WORK REQUIRED.
Extract precisely the lines of the entries below, from the first line through the line containing "v -11.279 34.714 -10.5".

■ ■ ■ ■ ■ ■ ■

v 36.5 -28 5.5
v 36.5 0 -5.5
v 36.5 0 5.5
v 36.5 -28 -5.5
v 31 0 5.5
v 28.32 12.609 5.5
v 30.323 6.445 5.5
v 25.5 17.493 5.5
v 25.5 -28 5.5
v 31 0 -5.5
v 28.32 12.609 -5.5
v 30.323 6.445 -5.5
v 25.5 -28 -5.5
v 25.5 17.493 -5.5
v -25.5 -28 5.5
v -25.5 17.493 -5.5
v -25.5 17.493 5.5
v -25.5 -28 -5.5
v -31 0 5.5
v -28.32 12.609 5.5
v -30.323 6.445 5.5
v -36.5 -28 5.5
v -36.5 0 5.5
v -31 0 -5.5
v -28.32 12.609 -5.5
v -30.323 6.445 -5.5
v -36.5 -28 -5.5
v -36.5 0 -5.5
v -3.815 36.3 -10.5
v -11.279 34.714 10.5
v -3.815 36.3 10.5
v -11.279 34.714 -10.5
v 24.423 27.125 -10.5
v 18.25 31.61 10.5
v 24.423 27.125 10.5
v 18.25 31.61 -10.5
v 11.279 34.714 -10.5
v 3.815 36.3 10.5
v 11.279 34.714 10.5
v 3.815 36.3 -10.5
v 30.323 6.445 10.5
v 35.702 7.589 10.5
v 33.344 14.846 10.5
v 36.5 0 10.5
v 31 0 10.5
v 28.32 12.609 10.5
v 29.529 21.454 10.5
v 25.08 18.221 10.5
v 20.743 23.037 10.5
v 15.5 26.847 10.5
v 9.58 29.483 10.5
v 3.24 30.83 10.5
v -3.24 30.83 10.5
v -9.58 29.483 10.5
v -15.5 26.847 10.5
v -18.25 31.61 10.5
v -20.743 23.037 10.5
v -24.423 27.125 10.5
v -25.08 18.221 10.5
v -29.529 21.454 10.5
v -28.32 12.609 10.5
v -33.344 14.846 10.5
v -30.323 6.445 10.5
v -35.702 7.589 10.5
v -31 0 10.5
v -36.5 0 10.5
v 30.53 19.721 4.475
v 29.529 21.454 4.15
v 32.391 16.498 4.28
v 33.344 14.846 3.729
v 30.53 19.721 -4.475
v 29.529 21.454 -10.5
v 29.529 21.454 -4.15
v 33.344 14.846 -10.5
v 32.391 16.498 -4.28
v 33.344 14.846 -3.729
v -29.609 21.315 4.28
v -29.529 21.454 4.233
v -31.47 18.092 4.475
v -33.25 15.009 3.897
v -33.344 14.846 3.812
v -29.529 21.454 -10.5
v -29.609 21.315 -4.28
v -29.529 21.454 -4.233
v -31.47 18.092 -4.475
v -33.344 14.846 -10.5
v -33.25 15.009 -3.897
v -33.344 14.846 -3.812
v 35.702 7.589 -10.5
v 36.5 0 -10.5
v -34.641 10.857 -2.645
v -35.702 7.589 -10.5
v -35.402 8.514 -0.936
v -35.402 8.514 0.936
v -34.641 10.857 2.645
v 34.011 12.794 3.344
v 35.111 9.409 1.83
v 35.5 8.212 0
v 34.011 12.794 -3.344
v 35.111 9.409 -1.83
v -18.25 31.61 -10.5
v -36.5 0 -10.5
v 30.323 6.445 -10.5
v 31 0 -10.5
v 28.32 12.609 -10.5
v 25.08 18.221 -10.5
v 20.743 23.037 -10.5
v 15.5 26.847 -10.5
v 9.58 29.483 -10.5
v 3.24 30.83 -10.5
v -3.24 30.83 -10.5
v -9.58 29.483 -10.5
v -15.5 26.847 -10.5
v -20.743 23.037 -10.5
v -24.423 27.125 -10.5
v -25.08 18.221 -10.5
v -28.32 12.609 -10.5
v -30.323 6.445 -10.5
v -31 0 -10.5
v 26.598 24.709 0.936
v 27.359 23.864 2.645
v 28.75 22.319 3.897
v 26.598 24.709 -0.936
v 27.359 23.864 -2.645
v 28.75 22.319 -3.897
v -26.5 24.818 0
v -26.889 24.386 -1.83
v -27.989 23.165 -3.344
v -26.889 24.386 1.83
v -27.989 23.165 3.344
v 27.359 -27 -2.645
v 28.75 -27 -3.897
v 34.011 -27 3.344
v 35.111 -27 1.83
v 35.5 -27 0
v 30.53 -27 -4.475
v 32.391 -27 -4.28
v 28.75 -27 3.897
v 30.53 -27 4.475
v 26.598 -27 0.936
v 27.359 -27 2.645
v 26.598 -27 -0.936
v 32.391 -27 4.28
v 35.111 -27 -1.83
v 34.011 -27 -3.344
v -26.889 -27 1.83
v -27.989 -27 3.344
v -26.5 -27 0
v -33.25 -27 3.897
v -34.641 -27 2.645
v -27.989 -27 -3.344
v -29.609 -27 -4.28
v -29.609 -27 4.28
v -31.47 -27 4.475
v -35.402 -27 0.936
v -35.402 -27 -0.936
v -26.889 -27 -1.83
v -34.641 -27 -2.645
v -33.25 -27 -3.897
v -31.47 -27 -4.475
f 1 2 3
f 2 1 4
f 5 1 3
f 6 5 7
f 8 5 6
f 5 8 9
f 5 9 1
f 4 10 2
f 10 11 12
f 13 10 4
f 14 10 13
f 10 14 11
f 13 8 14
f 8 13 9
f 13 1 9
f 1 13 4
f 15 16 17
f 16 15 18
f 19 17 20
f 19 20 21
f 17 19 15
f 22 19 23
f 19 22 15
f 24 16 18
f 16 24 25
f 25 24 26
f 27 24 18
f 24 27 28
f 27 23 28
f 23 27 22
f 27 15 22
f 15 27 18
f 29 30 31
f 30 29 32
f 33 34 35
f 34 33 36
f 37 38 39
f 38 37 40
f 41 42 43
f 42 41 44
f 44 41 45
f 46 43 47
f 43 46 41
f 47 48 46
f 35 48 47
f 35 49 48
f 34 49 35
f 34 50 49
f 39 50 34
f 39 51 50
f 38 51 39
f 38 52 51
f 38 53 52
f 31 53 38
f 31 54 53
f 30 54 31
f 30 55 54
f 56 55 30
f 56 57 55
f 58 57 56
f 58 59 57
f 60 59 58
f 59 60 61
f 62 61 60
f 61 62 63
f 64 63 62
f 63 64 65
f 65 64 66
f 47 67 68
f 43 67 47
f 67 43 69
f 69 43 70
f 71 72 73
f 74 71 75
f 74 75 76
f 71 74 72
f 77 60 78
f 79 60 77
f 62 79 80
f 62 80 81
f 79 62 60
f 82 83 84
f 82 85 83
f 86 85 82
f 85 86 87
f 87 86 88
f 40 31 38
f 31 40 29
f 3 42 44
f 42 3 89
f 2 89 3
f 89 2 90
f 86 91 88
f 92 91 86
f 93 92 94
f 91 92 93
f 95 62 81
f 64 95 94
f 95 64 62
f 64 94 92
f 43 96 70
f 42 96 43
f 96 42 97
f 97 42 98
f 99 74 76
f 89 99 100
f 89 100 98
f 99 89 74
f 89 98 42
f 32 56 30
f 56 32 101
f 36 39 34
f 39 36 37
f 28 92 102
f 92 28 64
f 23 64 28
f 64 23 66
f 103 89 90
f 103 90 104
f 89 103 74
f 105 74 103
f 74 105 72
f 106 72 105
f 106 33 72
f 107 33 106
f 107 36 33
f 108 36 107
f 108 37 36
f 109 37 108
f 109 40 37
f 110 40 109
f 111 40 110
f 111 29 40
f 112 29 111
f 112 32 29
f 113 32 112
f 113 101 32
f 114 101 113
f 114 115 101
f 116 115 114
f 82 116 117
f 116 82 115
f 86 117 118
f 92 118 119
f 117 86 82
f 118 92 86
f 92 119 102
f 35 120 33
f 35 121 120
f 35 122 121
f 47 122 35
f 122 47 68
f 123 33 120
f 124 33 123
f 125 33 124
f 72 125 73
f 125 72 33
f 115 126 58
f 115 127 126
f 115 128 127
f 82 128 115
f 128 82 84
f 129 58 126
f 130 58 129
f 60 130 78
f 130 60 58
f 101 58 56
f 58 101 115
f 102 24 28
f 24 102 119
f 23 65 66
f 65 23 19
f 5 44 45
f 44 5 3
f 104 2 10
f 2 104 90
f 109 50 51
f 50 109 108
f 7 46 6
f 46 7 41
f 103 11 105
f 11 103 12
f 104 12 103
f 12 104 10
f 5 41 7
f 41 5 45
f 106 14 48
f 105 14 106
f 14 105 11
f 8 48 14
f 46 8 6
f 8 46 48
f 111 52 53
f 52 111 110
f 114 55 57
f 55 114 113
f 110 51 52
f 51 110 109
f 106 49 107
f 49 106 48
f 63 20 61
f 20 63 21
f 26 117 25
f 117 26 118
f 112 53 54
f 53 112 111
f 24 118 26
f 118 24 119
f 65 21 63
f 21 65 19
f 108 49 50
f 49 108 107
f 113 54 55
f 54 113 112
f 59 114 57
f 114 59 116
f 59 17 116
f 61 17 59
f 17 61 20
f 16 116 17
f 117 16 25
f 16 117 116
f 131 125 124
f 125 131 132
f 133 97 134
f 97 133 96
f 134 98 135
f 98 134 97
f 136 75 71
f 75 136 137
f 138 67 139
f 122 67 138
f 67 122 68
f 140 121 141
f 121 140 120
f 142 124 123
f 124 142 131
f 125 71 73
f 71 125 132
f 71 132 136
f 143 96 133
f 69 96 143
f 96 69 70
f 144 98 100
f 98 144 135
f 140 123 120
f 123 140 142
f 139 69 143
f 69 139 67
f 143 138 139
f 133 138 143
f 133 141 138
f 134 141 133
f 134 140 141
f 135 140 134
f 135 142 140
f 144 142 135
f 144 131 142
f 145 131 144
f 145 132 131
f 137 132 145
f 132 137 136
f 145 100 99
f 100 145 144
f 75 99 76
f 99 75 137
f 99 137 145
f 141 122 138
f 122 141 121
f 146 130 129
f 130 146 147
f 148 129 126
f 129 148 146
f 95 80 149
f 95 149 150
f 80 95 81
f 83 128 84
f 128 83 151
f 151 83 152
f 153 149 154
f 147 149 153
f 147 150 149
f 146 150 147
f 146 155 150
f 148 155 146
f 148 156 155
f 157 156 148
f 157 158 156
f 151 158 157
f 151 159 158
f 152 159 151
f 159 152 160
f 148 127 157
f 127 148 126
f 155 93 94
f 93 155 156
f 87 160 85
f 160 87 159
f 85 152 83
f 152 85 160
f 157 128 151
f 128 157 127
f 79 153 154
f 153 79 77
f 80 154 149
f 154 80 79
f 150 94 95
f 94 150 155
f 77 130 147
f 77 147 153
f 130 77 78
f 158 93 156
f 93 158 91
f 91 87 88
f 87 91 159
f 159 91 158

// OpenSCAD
thickness = 5;
bar_diameter = 9;
distance_between_bars = 53;
inside_ring_diameter = 62;
bar_length = 27 * 2; // mirrored
arm_length = bar_length + 2;
arm_offset = distance_between_bars/2 + bar_diameter/2;
arm_side = bar_diameter + 2;
outside_ring_diameter = 2*arm_offset + arm_side;
ring_height = arm_side + 2*thickness;
e = 0.01;

module bar() {
  rotate([90, 0, 0]) cylinder(h = bar_length, d = bar_diameter, center=true);
}

module bars() {
  translate([arm_offset, 0, 0])  bar();
  translate([-arm_offset, 0, 0]) bar();
}

module arm() {
  cube([arm_side, arm_length, arm_side], center=true);
}

module arms() {
  translate([arm_offset, 0, 0])  arm();
  translate([-arm_offset, 0, 0]) arm();
}

module ring_chopper() {
  translate([0, -(inside_ring_diameter/2 + thickness), 0])
    cube([outside_ring_diameter + e, inside_ring_diameter + 2*thickness, ring_height + e], center=true);
}

module ring_hole() {
  cylinder(h = ring_height + e, d=inside_ring_diameter, center=true);
}

module ring() {
  difference() {
    cylinder(h = ring_height, d = outside_ring_diameter, center = true);
    ring_chopper(); 
    ring_hole();
  }
}

module outer_contour() {
  difference() {
    cube([outside_ring_diameter + e, outside_ring_diameter, ring_height + e], center = true);
    cylinder(h = ring_height + 2*e, d = outside_ring_diameter, center = true);
    ring_chopper();
  }
}

difference() {
  union() {
    arms();
    ring();
  }
  bars();
  outer_contour();
}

■ ■ ■ ■ ■ ■ ■

YOUR SOLUTION.
v 36.5 -28 5.5
v 36.5 0 -5.5
v 36.5 0 5.5
v 36.5 -28 -5.5
v 31 0 5.5
v 28.32 12.609 5.5
v 30.323 6.445 5.5
v 25.5 17.493 5.5
v 25.5 -28 5.5
v 31 0 -5.5
v 28.32 12.609 -5.5
v 30.323 6.445 -5.5
v 25.5 -28 -5.5
v 25.5 17.493 -5.5
v -25.5 -28 5.5
v -25.5 17.493 -5.5
v -25.5 17.493 5.5
v -25.5 -28 -5.5
v -31 0 5.5
v -28.32 12.609 5.5
v -30.323 6.445 5.5
v -36.5 -28 5.5
v -36.5 0 5.5
v -31 0 -5.5
v -28.32 12.609 -5.5
v -30.323 6.445 -5.5
v -36.5 -28 -5.5
v -36.5 0 -5.5
v -3.815 36.3 -10.5
v -11.279 34.714 10.5
v -3.815 36.3 10.5
v -11.279 34.714 -10.5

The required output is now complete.